### [EXERCISE DIRECTIONS]
An identical copy of the listing below is all the answer should contain.
┌──
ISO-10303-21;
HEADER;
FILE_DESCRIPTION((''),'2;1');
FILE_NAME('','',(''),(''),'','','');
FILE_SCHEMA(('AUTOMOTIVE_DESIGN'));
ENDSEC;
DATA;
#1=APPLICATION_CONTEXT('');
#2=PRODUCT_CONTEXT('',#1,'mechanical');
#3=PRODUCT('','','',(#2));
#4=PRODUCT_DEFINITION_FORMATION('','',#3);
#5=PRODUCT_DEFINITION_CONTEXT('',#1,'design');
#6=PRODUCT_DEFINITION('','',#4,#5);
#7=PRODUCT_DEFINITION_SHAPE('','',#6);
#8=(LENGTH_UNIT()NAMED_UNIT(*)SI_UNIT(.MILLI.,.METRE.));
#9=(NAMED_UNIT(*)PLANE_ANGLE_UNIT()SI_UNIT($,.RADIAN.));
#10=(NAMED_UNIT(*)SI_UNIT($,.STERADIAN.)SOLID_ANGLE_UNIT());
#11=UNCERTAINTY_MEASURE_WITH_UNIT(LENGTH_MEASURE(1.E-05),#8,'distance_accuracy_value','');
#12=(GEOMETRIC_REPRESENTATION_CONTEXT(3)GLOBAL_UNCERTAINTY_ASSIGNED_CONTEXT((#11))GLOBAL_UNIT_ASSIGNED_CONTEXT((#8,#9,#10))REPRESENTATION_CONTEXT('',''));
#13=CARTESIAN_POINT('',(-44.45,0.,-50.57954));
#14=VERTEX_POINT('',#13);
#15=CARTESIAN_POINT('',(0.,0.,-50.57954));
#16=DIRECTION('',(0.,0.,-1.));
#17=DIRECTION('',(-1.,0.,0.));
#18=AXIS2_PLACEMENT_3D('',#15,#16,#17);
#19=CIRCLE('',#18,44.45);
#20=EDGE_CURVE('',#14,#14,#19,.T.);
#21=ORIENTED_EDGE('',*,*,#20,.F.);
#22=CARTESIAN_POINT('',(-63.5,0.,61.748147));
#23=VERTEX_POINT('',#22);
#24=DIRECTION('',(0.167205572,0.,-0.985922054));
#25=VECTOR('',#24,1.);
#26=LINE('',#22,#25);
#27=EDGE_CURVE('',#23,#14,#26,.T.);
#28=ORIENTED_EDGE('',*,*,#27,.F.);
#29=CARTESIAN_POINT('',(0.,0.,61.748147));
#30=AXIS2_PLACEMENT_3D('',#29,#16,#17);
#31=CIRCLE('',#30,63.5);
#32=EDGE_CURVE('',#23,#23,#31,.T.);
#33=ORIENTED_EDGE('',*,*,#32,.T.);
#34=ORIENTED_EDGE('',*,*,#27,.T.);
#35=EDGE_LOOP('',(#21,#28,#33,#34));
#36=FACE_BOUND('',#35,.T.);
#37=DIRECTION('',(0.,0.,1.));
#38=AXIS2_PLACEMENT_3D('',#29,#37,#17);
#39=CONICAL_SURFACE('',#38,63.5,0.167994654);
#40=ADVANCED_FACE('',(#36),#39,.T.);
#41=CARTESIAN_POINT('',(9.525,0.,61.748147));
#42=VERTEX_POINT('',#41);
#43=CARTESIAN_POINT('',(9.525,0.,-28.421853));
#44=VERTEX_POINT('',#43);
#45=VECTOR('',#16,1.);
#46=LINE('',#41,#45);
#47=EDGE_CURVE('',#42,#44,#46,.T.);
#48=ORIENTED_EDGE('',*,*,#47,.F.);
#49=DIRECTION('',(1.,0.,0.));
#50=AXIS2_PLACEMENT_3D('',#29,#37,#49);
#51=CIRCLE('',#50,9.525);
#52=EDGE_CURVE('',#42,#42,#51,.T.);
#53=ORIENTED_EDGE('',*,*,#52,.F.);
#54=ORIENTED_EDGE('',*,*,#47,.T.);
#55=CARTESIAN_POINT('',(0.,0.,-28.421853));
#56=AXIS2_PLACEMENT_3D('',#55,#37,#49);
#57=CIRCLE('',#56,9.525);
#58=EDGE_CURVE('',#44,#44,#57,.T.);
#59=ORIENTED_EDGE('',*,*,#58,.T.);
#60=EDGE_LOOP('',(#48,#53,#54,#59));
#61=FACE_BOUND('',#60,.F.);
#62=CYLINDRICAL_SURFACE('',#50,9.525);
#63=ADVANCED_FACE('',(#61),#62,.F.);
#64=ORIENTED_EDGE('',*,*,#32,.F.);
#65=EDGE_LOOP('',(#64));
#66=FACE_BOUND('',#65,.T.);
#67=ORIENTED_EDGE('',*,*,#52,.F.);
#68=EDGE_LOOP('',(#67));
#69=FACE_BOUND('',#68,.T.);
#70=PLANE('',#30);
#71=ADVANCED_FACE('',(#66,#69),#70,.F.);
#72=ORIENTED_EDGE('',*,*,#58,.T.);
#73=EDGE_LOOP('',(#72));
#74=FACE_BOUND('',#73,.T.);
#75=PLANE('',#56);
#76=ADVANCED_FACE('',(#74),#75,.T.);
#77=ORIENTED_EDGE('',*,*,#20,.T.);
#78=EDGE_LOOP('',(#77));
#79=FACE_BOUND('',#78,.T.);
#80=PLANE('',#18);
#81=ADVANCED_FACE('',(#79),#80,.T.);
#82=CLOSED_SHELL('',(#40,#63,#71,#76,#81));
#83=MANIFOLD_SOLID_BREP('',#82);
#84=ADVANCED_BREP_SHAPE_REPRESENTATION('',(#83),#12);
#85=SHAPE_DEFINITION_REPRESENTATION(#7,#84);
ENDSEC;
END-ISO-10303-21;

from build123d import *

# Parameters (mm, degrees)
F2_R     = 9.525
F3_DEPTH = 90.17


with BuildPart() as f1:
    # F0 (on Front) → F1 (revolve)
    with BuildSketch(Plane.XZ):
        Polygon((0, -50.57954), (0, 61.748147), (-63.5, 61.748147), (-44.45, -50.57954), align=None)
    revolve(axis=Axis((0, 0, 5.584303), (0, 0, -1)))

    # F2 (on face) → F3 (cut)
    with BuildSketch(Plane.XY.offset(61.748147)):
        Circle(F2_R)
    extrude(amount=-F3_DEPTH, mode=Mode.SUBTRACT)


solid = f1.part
└──
### [ANSWER BOX]
ISO-10303-21;
HEADER;
FILE_DESCRIPTION((''),'2;1');
FILE_NAME('','',(''),(''),'','','');
FILE_SCHEMA(('AUTOMOTIVE_DESIGN'));
ENDSEC;
DATA;
#1=APPLICATION_CONTEXT('');
#2=PRODUCT_CONTEXT('',#1,'mechanical');
#3=PRODUCT('','','',(#2));
#4=PRODUCT_DEFINITION_FORMATION('','',#3);
#5=PRODUCT_DEFINITION_CONTEXT('',#1,'design');
#6=PRODUCT_DEFINITION('','',#4,#5);
#7=PRODUCT_DEFINITION_SHAPE('','',#6);
#8=(LENGTH_UNIT()NAMED_UNIT(*)SI_UNIT(.MILLI.,.METRE.));
#9=(NAMED_UNIT(*)PLANE_ANGLE_UNIT()SI_UNIT($,.RADIAN.));
#10=(NAMED_UNIT(*)SI_UNIT($,.STERADIAN.)SOLID_ANGLE_UNIT());
#11=UNCERTAINTY_MEASURE_WITH_UNIT(LENGTH_MEASURE(1.E-05),#8,'distance_accuracy_value','');
#12=(GEOMETRIC_REPRESENTATION_CONTEXT(3)GLOBAL_UNCERTAINTY_ASSIGNED_CONTEXT((#11))GLOBAL_UNIT_ASSIGNED_CONTEXT((#8,#9,#10))REPRESENTATION_CONTEXT('',''));
#13=CARTESIAN_POINT('',(-44.45,0.,-50.57954));
#14=VERTEX_POINT('',#13);
#15=CARTESIAN_POINT('',(0.,0.,-50.57954));
#16=DIRECTION('',(0.,0.,-1.));
#17=DIRECTION('',(-1.,0.,0.));
#18=AXIS2_PLACEMENT_3D('',#15,#16,#17);
#19=CIRCLE('',#18,44.45);
#20=EDGE_CURVE('',#14,#14,#19,.T.);
#21=ORIENTED_EDGE('',*,*,#20,.F.);
#22=CARTESIAN_POINT('',(-63.5,0.,61.748147));
#23=VERTEX_POINT('',#22);
#24=DIRECTION('',(0.167205572,0.,-0.985922054));
#25=VECTOR('',#24,1.);
#26=LINE('',#22,#25);
#27=EDGE_CURVE('',#23,#14,#26,.T.);
#28=ORIENTED_EDGE('',*,*,#27,.F.);
#29=CARTESIAN_POINT('',(0.,0.,61.748147));
#30=AXIS2_PLACEMENT_3D('',#29,#16,#17);
#31=CIRCLE('',#30,63.5);
#32=EDGE_CURVE('',#23,#23,#31,.T.);
#33=ORIENTED_EDGE('',*,*,#32,.T.);
#34=ORIENTED_EDGE('',*,*,#27,.T.);
#35=EDGE_LOOP('',(#21,#28,#33,#34));
#36=FACE_BOUND('',#35,.T.);
#37=DIRECTION('',(0.,0.,1.));
#38=AXIS2_PLACEMENT_3D('',#29,#37,#17);
#39=CONICAL_SURFACE('',#38,63.5,0.167994654);
#40=ADVANCED_FACE('',(#36),#39,.T.);
#41=CARTESIAN_POINT('',(9.525,0.,61.748147));
#42=VERTEX_POINT('',#41);
#43=CARTESIAN_POINT('',(9.525,0.,-28.421853));
#44=VERTEX_POINT('',#43);
#45=VECTOR('',#16,1.);
#46=LINE('',#41,#45);
#47=EDGE_CURVE('',#42,#44,#46,.T.);
#48=ORIENTED_EDGE('',*,*,#47,.F.);
#49=DIRECTION('',(1.,0.,0.));
#50=AXIS2_PLACEMENT_3D('',#29,#37,#49);
#51=CIRCLE('',#50,9.525);
#52=EDGE_CURVE('',#42,#42,#51,.T.);
#53=ORIENTED_EDGE('',*,*,#52,.F.);
#54=ORIENTED_EDGE('',*,*,#47,.T.);
#55=CARTESIAN_POINT('',(0.,0.,-28.421853));
#56=AXIS2_PLACEMENT_3D('',#55,#37,#49);
#57=CIRCLE('',#56,9.525);
#58=EDGE_CURVE('',#44,#44,#57,.T.);
#59=ORIENTED_EDGE('',*,*,#58,.T.);
#60=EDGE_LOOP('',(#48,#53,#54,#59));
#61=FACE_BOUND('',#60,.F.);
#62=CYLINDRICAL_SURFACE('',#50,9.525);
#63=ADVANCED_FACE('',(#61),#62,.F.);
#64=ORIENTED_EDGE('',*,*,#32,.F.);
#65=EDGE_LOOP('',(#64));
#66=FACE_BOUND('',#65,.T.);
#67=ORIENTED_EDGE('',*,*,#52,.F.);
#68=EDGE_LOOP('',(#67));
#69=FACE_BOUND('',#68,.T.);
#70=PLANE('',#30);
#71=ADVANCED_FACE('',(#66,#69),#70,.F.);
#72=ORIENTED_EDGE('',*,*,#58,.T.);
#73=EDGE_LOOP('',(#72));
#74=FACE_BOUND('',#73,.T.);
#75=PLANE('',#56);
#76=ADVANCED_FACE('',(#74),#75,.T.);
#77=ORIENTED_EDGE('',*,*,#20,.T.);
#78=EDGE_LOOP('',(#77));
#79=FACE_BOUND('',#78,.T.);
#80=PLANE('',#18);
#81=ADVANCED_FACE('',(#79),#80,.T.);
#82=CLOSED_SHELL('',(#40,#63,#71,#76,#81));
#83=MANIFOLD_SOLID_BREP('',#82);
#84=ADVANCED_BREP_SHAPE_REPRESENTATION('',(#83),#12);
#85=SHAPE_DEFINITION_REPRESENTATION(#7,#84);
ENDSEC;
END-ISO-10303-21;

from build123d import *

# Parameters (mm, degrees)
F2_R     = 9.525
F3_DEPTH = 90.17


with BuildPart() as f1:
    # F0 (on Front) → F1 (revolve)
    with BuildSketch(Plane.XZ):
        Polygon((0, -50.57954), (0, 61.748147), (-63.5, 61.748147), (-44.45, -50.57954), align=None)
    revolve(axis=Axis((0, 0, 5.584303), (0, 0, -1)))

    # F2 (on face) → F3 (cut)
    with BuildSketch(Plane.XY.offset(61.748147)):
        Circle(F2_R)
    extrude(amount=-F3_DEPTH, mode=Mode.SUBTRACT)


solid = f1.part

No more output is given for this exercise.